Он писал слова, но его рука дрожала.
Может, он сложил эту аэрограмму, и она лежала на постели.
Может, он и не собирался отправлять это письмо.
Десять
Каждое утро Марина высвобождалась из сонных объятий ребенка, слегка опьяненного обезболивающим, и шла по тропе к делянке с мартинами.
Она не следовала примеру местных женщин и не ждала, когда пройдет пять дней. Через пять дней ее тут, возможно, уже не будет, и она хотела перед возвращением домой съесть побольше коры, превратиться в медицинское доказательство успешности нового препарата. Она хотела наверстать упущенное, компенсировать всю кору, которую она не ела в прошлом и не съест в будущем.
Сейчас наступил ее час.
Она уже не боялась заходить глубоко в джунгли, хотя не было ни одного утра, когда бы она не встретила женщин — лакаши и докторов. Доктор Буди сказала, что это научный прецедент — так часто грызть кору в самом начале.
Еще они сказали, что и сами принимали ударную дозу. Может, в восторге от такого открытия, а может, их организм давно уже жаждал получить именно это вещество. Доктор Буди сказала Марине, что даже на этом раннем этапе она может не бояться малярии и что ее окно для ежемесячной возможности зачатия расширится от трех до тринадцати дней.

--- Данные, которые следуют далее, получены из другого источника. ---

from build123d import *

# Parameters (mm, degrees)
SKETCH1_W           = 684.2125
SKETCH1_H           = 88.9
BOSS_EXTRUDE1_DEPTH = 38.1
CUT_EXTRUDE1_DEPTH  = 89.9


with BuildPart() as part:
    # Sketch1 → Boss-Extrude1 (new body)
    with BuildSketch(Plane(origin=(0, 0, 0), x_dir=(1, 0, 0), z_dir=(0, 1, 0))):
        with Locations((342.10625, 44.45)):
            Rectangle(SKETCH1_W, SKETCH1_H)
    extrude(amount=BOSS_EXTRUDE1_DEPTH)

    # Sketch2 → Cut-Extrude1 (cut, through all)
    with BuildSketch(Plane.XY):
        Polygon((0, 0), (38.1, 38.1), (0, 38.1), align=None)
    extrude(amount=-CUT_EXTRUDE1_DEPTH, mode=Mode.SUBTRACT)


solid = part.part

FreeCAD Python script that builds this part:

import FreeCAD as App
import Part
import Sketcher
Q = App.Units.Quantity

doc = App.newDocument("Part")
params = doc.addObject("Spreadsheet::Sheet", "Params")
for row, (alias, value) in enumerate([
    ("sketch1_height", "3.5 in"),
    ("sketch1_width", "26.9375 in"),
    ("pad1_length", "1.5 in"),
    ("sketch2_width", "1.5 in"),
], start=1):
    params.set(f"A{row}", alias)
    params.set(f"B{row}", "=" + value)
    params.setAlias(f"B{row}", alias)

body = doc.addObject("PartDesign::Body", "Body")

# Sketch on XZ plane
sketch1 = body.newObject("Sketcher::SketchObject", "Sketch")
sketch1.AttachmentSupport = (doc.getObject("XZ_Plane"), [""])
sketch1.MapMode = "FlatFace"
sketch1.addGeometry([
    Part.LineSegment(App.Vector(0, -89, 0), App.Vector(0, 0, 0)),
    Part.LineSegment(App.Vector(0, 0, 0), App.Vector(684, 0, 0)),
    Part.LineSegment(App.Vector(684, 0, 0), App.Vector(684, -89, 0)),
    Part.LineSegment(App.Vector(684, -89, 0), App.Vector(0, -89, 0)),
], False)
sketch1.addConstraint([
    Sketcher.Constraint("Coincident", 0, 2, 1, 1),
    Sketcher.Constraint("Coincident", 1, 2, 2, 1),
    Sketcher.Constraint("Coincident", 2, 2, 3, 1),
    Sketcher.Constraint("Coincident", 3, 2, 0, 1),
    Sketcher.Constraint("Vertical", 0),
    Sketcher.Constraint("Horizontal", 1),
    Sketcher.Constraint("Vertical", 2),
    Sketcher.Constraint("Horizontal", 3),
    Sketcher.Constraint("Coincident", 0, 2, -1, 1),
    Sketcher.Constraint("DistanceY", 0, 1, 0, 2, Q("3.5 in")),
    Sketcher.Constraint("DistanceX", 1, 1, 1, 2, Q("26.9375 in")),
])
sketch1.setExpression("Constraints[9]", "Params.sketch1_height")
sketch1.setExpression("Constraints[10]", "Params.sketch1_width")
pad1 = body.newObject("PartDesign::Pad", "Pad")
pad1.Profile = sketch1
pad1.setExpression("Length", "Params.pad1_length")
pad1.Reversed = True

# Sketch on XY plane
sketch2 = body.newObject("Sketcher::SketchObject", "Sketch001")
sketch2.AttachmentSupport = (doc.getObject("XY_Plane"), [""])
sketch2.MapMode = "FlatFace"
sketch2.addGeometry([
    Part.LineSegment(App.Vector(0, 0, 0), App.Vector(38, 38, 0)),
    Part.LineSegment(App.Vector(38, 38, 0), App.Vector(0, 38, 0)),
    Part.LineSegment(App.Vector(0, 38, 0), App.Vector(0, 0, 0)),
], False)
sketch2.addConstraint([
    Sketcher.Constraint("Coincident", 0, 2, 1, 1),
    Sketcher.Constraint("Coincident", 1, 2, 2, 1),
    Sketcher.Constraint("Coincident", 2, 2, 0, 1),
    Sketcher.Constraint("Horizontal", 1),
    Sketcher.Constraint("Vertical", 2),
    Sketcher.Constraint("Coincident", 2, 2, -1, 1),
    Sketcher.Constraint("Equal", 1, 2),
    Sketcher.Constraint("DistanceX", 1, 2, 1, 1, Q("1.5 in")),
])
sketch2.setExpression("Constraints[7]", "Params.sketch2_width")
pocket1 = body.newObject("PartDesign::Pocket", "Pocket")
pocket1.Profile = sketch2
pocket1.Type = "ThroughAll"

doc.recompute()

А еще Марина заподозрила, что в пахнущей фенхелем коре есть нечто, вызывающее мягкую зависимость, заставляющее женщин лакаши плестись к деревьям даже после того, как они смертельно устанут от родов, нечто, что годами держало докторов в лаборатории, после того как они были готовы уехать домой.

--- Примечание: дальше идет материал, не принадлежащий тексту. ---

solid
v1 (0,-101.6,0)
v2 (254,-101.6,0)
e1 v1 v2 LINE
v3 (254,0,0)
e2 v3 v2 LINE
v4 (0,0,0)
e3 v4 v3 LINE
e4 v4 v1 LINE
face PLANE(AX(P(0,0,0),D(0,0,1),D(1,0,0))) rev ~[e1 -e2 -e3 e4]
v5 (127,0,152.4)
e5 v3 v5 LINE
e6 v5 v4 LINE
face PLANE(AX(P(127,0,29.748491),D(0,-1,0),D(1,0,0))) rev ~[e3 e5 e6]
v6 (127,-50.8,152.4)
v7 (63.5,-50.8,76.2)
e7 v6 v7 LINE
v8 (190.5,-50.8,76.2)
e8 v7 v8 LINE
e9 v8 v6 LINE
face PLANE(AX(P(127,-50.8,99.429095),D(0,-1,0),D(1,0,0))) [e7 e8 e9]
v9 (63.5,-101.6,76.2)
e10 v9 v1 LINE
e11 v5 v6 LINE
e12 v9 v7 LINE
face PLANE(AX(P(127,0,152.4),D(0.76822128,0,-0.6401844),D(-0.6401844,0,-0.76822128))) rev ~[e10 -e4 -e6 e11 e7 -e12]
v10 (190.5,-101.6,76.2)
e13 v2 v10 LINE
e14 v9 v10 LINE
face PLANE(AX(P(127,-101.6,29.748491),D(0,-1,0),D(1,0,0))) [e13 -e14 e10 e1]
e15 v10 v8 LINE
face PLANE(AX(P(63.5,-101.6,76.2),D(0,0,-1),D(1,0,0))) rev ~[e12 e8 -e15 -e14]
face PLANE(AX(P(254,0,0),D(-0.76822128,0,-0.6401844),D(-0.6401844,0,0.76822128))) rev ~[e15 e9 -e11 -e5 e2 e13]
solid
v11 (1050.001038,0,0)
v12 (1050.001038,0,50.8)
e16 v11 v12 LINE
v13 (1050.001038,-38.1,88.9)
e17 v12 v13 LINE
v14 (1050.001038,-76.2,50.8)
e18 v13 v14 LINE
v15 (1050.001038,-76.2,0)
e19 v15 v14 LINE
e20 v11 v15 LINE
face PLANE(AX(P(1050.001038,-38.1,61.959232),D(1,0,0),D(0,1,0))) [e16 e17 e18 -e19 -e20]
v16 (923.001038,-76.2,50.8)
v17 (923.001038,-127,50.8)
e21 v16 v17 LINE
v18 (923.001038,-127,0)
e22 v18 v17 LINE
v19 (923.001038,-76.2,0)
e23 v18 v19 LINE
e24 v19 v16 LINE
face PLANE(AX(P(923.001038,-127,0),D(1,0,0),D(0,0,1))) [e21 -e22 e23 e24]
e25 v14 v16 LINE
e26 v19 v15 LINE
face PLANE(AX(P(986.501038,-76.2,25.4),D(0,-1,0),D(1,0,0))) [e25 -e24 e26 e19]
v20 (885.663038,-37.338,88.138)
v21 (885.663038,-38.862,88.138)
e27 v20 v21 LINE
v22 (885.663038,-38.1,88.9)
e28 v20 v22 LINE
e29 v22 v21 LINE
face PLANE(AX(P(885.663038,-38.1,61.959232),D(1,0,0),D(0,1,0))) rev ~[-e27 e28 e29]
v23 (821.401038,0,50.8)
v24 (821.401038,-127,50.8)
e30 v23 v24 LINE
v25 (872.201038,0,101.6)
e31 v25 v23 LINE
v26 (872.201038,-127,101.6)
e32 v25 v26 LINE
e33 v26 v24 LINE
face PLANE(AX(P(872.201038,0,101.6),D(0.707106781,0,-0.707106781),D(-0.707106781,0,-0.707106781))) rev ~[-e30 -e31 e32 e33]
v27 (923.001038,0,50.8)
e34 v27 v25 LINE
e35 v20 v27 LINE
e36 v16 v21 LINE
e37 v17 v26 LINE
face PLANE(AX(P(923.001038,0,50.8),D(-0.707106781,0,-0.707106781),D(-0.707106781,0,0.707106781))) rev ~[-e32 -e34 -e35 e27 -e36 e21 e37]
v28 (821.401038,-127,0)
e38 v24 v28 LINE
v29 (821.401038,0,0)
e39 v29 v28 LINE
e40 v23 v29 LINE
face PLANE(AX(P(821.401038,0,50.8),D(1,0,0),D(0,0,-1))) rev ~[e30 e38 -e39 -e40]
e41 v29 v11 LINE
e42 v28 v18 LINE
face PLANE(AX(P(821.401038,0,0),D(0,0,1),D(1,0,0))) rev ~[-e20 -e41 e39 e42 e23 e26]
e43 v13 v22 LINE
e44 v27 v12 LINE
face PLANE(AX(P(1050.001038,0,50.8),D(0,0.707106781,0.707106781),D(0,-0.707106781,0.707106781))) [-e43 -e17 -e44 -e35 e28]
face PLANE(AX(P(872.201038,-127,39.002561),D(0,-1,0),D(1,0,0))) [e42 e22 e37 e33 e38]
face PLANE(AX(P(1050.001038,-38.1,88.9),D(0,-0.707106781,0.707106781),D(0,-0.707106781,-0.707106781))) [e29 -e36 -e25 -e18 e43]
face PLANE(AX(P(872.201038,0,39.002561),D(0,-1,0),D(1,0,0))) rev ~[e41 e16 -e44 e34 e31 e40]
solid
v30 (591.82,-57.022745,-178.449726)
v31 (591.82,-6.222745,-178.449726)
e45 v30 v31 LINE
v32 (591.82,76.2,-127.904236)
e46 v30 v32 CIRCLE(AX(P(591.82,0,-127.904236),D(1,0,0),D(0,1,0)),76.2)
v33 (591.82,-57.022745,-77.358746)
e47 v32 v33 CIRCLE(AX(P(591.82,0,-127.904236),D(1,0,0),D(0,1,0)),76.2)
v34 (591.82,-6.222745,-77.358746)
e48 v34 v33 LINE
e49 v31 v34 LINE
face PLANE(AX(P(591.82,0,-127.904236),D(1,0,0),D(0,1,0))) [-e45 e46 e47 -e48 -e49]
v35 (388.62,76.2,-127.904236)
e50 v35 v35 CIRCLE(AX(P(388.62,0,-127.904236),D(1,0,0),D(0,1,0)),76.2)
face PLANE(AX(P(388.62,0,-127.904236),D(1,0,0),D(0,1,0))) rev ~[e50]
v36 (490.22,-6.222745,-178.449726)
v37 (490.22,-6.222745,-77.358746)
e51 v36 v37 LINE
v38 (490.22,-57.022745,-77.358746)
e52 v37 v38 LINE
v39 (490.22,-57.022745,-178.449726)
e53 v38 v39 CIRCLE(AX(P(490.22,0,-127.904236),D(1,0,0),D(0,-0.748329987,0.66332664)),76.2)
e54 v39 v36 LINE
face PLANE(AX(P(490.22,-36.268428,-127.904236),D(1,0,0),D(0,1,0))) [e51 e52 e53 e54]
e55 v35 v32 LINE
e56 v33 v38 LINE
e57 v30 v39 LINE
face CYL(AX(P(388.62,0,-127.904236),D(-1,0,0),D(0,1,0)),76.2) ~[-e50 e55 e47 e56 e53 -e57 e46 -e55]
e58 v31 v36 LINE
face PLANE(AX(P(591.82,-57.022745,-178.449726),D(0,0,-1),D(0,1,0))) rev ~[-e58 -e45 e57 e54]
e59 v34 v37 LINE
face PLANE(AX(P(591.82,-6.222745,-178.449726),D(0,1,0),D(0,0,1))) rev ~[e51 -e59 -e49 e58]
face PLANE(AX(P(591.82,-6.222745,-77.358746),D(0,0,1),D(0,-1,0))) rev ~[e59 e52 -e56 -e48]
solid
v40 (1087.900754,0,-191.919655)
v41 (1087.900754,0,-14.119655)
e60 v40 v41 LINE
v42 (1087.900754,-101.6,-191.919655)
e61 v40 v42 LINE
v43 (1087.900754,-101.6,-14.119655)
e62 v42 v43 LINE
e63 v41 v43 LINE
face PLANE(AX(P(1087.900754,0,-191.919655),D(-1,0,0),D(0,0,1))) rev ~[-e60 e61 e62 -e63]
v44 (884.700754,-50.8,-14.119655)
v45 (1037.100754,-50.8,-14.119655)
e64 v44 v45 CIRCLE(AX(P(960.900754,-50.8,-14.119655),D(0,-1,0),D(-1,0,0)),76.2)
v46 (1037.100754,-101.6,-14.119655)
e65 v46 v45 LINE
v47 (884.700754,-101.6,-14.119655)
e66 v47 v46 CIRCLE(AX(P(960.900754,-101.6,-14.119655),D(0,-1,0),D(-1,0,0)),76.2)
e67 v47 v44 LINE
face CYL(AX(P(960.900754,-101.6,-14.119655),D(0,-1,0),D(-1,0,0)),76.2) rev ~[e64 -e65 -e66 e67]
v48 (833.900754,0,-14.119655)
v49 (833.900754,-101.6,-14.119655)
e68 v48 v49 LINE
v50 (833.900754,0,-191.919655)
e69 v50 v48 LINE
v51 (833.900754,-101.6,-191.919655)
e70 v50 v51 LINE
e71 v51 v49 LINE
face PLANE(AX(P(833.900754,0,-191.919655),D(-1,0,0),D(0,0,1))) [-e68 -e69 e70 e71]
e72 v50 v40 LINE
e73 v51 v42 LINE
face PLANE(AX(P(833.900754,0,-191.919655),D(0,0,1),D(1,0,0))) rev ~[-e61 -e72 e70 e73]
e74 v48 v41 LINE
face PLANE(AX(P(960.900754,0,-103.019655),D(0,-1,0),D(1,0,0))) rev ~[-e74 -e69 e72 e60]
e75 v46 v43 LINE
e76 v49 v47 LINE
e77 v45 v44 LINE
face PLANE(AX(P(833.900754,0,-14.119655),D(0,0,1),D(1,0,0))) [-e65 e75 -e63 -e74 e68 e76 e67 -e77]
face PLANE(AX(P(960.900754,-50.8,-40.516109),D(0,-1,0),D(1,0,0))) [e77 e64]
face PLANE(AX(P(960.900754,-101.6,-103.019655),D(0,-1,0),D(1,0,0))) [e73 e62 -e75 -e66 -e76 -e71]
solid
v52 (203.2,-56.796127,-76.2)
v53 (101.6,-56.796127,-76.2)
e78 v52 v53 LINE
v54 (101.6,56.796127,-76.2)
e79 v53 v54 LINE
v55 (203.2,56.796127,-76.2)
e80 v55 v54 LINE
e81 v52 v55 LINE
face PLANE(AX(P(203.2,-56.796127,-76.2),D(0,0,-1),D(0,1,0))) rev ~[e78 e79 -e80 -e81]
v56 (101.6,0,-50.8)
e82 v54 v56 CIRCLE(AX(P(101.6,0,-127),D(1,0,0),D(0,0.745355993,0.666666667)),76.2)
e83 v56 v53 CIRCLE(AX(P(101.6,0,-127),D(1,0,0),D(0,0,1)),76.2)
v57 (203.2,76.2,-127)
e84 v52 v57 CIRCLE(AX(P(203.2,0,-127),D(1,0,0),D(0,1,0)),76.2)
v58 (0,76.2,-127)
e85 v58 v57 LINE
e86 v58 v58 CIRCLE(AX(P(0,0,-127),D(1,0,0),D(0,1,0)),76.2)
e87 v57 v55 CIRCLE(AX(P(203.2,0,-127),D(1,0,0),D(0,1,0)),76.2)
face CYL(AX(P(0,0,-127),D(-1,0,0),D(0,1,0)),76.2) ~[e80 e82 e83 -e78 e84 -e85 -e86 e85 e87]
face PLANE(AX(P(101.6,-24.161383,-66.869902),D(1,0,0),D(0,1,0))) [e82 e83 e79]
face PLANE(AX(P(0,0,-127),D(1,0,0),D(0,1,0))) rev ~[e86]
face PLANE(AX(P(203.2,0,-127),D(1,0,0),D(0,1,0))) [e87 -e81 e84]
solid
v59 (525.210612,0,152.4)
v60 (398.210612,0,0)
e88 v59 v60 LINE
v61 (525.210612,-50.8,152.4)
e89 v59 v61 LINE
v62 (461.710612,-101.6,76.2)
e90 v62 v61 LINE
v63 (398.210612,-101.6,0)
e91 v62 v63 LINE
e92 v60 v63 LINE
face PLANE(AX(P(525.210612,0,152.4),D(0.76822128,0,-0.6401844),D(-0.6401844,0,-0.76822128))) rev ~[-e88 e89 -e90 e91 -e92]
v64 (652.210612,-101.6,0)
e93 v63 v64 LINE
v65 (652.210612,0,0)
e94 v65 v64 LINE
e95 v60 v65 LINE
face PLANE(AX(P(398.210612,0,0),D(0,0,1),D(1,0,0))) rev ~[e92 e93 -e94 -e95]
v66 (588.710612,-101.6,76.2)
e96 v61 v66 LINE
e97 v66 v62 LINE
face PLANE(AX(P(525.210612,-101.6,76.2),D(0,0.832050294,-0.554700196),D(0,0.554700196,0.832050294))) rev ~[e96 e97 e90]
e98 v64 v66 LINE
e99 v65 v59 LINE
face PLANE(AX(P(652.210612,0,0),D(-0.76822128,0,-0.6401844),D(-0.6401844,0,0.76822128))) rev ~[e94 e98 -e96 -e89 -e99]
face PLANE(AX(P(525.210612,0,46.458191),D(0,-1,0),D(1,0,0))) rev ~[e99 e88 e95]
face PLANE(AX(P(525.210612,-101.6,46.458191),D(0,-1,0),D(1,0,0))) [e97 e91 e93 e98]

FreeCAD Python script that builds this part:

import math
import FreeCAD as App
import Part
import Sketcher

V = App.Vector
Q = App.Units.Quantity

doc = App.newDocument("Part")
body = doc.addObject("PartDesign::Body", "Body")

sketch1 = body.newObject("Sketcher::SketchObject", "Sketch")
sketch1.AttachmentSupport = (doc.getObject("XZ_Plane"), [""])
sketch1.MapMode = "FlatFace"
sketch1.addGeometry([
    Part.LineSegment(V(0, 0, 0), V(254, 0, 0)),
    Part.LineSegment(V(254, 0, 0), V(127, 152, 0)),
    Part.LineSegment(V(127, 152, 0), V(0, 0, 0)),
], False)
sketch1.addConstraint([
    Sketcher.Constraint("Coincident", 0, 2, 1, 1),
    Sketcher.Constraint("Coincident", 1, 2, 2, 1),
    Sketcher.Constraint("Coincident", 2, 2, 0, 1),
    Sketcher.Constraint("Horizontal", 0),
    Sketcher.Constraint("Coincident", 2, 2, -1, 1),
    Sketcher.Constraint("Equal", 1, 2),
    Sketcher.Constraint("DistanceX", 0, 1, 0, 2, Q("10 in")),
    Sketcher.Constraint("DistanceY", -1, 1, 1, 2, Q("6 in")),
])
pad1 = body.newObject("PartDesign::Pad", "Pad")
pad1.Profile = sketch1
pad1.Length = Q("4 in")

sketch2 = body.newObject("Sketcher::SketchObject", "Sketch001")
sketch2.AttachmentSupport = (doc.getObject("XZ_Plane"), [""])
sketch2.MapMode = "FlatFace"
sketch2.AttachmentOffset = App.Placement(V(0, 0, 4 * 25.4), App.Rotation())
sketch2.addGeometry([
    Part.LineSegment(V(64, 76, 0), V(190, 76, 0)),
    Part.LineSegment(V(190, 76, 0), V(127, 152, 0)),
    Part.LineSegment(V(127, 152, 0), V(64, 76, 0)),
], False)
sketch2.addConstraint([
    Sketcher.Constraint("Coincident", 0, 2, 1, 1),
    Sketcher.Constraint("Coincident", 1, 2, 2, 1),
    Sketcher.Constraint("Coincident", 2, 2, 0, 1),
    Sketcher.Constraint("Horizontal", 0),
    Sketcher.Constraint("Equal", 1, 2),
    Sketcher.Constraint("DistanceX", 0, 1, 0, 2, Q("5 in")),
    Sketcher.Constraint("DistanceY", -1, 1, 0, 2, Q("3 in")),
    Sketcher.Constraint("DistanceX", -1, 1, 1, 2, Q("5 in")),
    Sketcher.Constraint("DistanceY", -1, 1, 1, 2, Q("6 in")),
])
pocket1 = body.newObject("PartDesign::Pocket", "Pocket")
pocket1.Profile = sketch2
pocket1.Length = Q("2 in")

sketch3 = body.newObject("Sketcher::SketchObject", "Sketch002")
sketch3.Placement = App.Placement(V(384.911181, 0, 320.759317), App.Rotation(V(0, 1, 0), V(-0.6401844, 0, 0.76822128), V(0.76822128, 0, 0.6401844), "ZXY"))
sketch3.addGeometry([
    Part.LineSegment(V(-102, -219, 0), V(-102, -318, 0)),
    Part.LineSegment(V(-102, -318, 0), V(-51, -219, 0)),
    Part.LineSegment(V(-51, -219, 0), V(-102, -219, 0)),
], False)
sketch3.addConstraint([
    Sketcher.Constraint("Coincident", 0, 2, 1, 1),
    Sketcher.Constraint("Coincident", 1, 2, 2, 1),
    Sketcher.Constraint("Coincident", 2, 2, 0, 1),
    Sketcher.Constraint("Vertical", 0),
    Sketcher.Constraint("Horizontal", 2),
    Sketcher.Constraint("DistanceX", 2, 2, 2, 1, Q("2 in")),
    Sketcher.Constraint("DistanceX", 0, 2, -1, 1, Q("4 in")),
    Sketcher.Constraint("DistanceY", 0, 2, 0, 1, 99.190171),
    Sketcher.Constraint("DistanceY", 0, 2, -1, 1, 318.344888),
])
pocket2 = body.newObject("PartDesign::Pocket", "Pocket001")
pocket2.Profile = sketch3
pocket2.Length = Q("4 in")
pocket2.Reversed = True
body2 = doc.addObject("PartDesign::Body", "Body001")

Может, доктор Рапп был прав в своей изначальной оценке?
Может, тут имеется какая-то связь между грибами и деревьями, и крошечная доля наркотика в коре привязывала женщин к роще?
Самой Марине снились мартины.
Они стояли перед ее глазами, стройные и красивые.

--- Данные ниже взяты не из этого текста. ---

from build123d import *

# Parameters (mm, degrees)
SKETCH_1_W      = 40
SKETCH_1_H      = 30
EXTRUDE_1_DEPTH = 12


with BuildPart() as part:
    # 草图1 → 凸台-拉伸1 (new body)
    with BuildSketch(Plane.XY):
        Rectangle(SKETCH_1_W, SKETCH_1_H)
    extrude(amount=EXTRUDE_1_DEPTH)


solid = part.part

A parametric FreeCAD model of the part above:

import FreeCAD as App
import Part
import Sketcher

V = App.Vector
Q = App.Units.Quantity


def add_polygon(sketch, points):
    """Adds a closed chain of lines whose ends are joined by coincident constraints."""
    first, n = sketch.GeometryCount, len(points)
    for a, b in zip(points, points[1:] + points[:1]):
        sketch.addGeometry(Part.LineSegment(App.Vector(*a, 0), App.Vector(*b, 0)), False)
    for i in range(n):
        sketch.addConstraint(Sketcher.Constraint("Coincident", first + i, 2, first + (i + 1) % n, 1))

doc = App.newDocument("Part")
body = doc.addObject("PartDesign::Body", "Body")

sketch1 = body.newObject("Sketcher::SketchObject", "Sketch")
sketch1.AttachmentSupport = (doc.getObject("XY_Plane"), [""])
sketch1.MapMode = "FlatFace"
add_polygon(sketch1, [(-20, 15), (-20, -15), (20, -15), (20, 15)])
sketch1.addConstraint([
    Sketcher.Constraint("Vertical", 0),
    Sketcher.Constraint("Horizontal", 1),
    Sketcher.Constraint("Vertical", 2),
    Sketcher.Constraint("Horizontal", 3),
    Sketcher.Constraint("Symmetric", 0, 2, 2, 2, -1, 1),
    Sketcher.Constraint("DistanceX", 1, 1, 1, 2, Q("40 mm")),
    Sketcher.Constraint("DistanceY", 0, 2, 0, 1, Q("30 mm")),
])
pad1 = body.newObject("PartDesign::Pad", "Pad")
pad1.Profile = sketch1
pad1.Length = 12

doc.recompute()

Засыпая ночью, она шла к ним…
Именно мысль о том, что она привяжется к чему-нибудь в этом месте, впервые заставила ее подумать об отъезде из Амазонии, хотя все подталкивало ее к этому.
Неделей раньше она зашила веко девочки, которую укусила обезьянка, вечно сидевшая у нее на плече. Ребенка держали родители, а Марина слишком толстой иглой и слишком толстой ниткой собирала воедино нежную ткань. Когда она спросила у доктора Свенсон об иммуноглобулине от бешенства, доктор Свенсон ответила, что ей нужно сначала взглянуть на срез мозга обезьянки.
Еще Марина вынула шестидюймовую щепку, застрявшую между третьим и четвертым пальцем на ноге мужчины, рубившего деревья, из которых потом выдалбливают лодки, чтобы плавать в Манаус. Трое мужчин неожиданно притащили его в лабораторию, и Марина соединяла, как могла, мышцы и косточки, названия которых давно уже не помнила.
Ужас перед джунглями теперь перевоплотился для нее в бесконечную работу, которую придумывали для нее джунгли.
Другие доктора, несомненно, испытывали облегчение и нахваливали ее; лакаши заглядывали ночами на ее веранду, а оказавшись рядом с ней, вставали на цыпочки, чтобы понюхать ее шею.
Марине было ясно, что ничего хорошего из этого не получится.
Она устала от двух платьев, устала просыпаться среди ночи и размышлять, как ей взять с собой Истера, когда она соберется уезжать.
Ее нервировали слова доктора Свенсон о «наших» родах и письма от умершего друга, которые она обнаруживала вечером на койке.